A female leaf-footed bug, family Coreidae and tribe Acanthocephalini, deposits an egg before flying off.

Coreidae is a large family of predominantly sap-sucking insects in the Hemipteran suborder Heteroptera. The name "Coreidae" derives from the genus Coreus, which derives from the Ancient Greek κόρις meaning bug.

As a family, the Coreidae are cosmopolitan, but most of the species are tropical or subtropical.

==Common names and significance==
The common names of the Coreidae vary regionally. Leaf-footed bug refers to leaf-like expansions on the legs of some species, generally on the hind tibiae. In North America, the pest status of species such as Anasa tristis on squash plants and other cucurbits gave rise to the name squash bugs. The Coreidae are called twig-wilters or tip-wilters in parts of Africa and Australia because many species feed on young twigs, injecting enzymes that macerate the tissues of the growing tips and cause them to wilt abruptly.

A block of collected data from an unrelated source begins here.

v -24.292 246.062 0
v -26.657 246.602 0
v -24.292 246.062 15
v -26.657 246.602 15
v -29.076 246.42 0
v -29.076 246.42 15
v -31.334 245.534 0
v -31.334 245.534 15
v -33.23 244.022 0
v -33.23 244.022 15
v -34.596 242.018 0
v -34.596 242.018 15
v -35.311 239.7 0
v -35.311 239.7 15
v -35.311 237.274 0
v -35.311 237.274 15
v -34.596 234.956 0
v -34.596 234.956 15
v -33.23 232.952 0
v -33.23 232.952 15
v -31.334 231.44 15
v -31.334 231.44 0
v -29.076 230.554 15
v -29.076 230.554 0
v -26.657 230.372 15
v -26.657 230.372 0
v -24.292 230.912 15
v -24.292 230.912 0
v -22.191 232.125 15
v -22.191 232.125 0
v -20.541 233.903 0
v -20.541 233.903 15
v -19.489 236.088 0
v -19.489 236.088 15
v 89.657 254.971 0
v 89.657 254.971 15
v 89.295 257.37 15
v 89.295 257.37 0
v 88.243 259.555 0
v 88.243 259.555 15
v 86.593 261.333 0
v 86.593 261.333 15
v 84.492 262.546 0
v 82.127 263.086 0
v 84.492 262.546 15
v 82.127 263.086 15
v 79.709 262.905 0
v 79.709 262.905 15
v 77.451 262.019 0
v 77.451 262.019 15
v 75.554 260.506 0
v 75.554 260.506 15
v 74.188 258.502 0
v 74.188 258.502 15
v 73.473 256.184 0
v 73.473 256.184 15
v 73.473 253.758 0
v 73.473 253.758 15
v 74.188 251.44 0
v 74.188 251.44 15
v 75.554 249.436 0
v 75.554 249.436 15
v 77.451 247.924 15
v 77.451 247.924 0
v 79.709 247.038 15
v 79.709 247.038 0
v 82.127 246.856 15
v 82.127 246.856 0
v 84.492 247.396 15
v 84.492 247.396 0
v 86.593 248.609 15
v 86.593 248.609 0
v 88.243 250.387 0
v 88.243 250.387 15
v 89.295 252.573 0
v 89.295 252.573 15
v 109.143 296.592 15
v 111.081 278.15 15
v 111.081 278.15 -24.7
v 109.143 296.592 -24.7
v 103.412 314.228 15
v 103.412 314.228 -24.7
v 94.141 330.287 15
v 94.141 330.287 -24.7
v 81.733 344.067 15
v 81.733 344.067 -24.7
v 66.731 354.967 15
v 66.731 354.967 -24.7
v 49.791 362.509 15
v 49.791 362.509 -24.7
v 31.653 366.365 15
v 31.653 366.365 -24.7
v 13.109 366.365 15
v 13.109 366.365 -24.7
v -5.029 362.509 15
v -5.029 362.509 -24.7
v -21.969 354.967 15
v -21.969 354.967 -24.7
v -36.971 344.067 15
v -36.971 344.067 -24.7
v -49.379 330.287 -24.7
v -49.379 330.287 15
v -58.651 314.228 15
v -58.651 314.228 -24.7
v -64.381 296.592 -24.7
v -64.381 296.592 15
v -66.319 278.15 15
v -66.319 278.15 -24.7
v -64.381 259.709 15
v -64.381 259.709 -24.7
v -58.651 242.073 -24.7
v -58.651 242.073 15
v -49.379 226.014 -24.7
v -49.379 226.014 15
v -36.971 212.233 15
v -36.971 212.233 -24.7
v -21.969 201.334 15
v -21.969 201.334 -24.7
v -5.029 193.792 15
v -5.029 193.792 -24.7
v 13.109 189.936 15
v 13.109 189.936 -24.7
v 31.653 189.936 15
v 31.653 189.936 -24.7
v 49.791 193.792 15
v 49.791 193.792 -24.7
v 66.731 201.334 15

==Morphology and appearance==
The Coreidae commonly are oval-shaped, with antennae composed of four segments, numerous veins in the membrane of the fore wings, and externally visible repugnatorial stink glands. They vary in size from 7 to 45 mm long, which implies that the family includes some of the biggest species of Heteroptera. The body shape is quite variable; some species are broadly oval, others are elongated with parallel sides, and a few are slender. Many species with the "leaf-footed" tibiae are very slender with conspicuous expansions of the hind tibiae, but some robust species also have decided expansions. Some species are covered with spines and tubercles. As an example of these, the tribe Phyllomorphini Mulsant & Rey, 1870, are strikingly aberrant, with thin legs, spiny bristles, and laciniate outlines and adornments.

Many of the more robust species have grossly enlarged, thickened, and bowed hind femora armed with spikes on the inner edge, and with hind tibiae to match, though the enlargement of the tibiae is less exaggerated.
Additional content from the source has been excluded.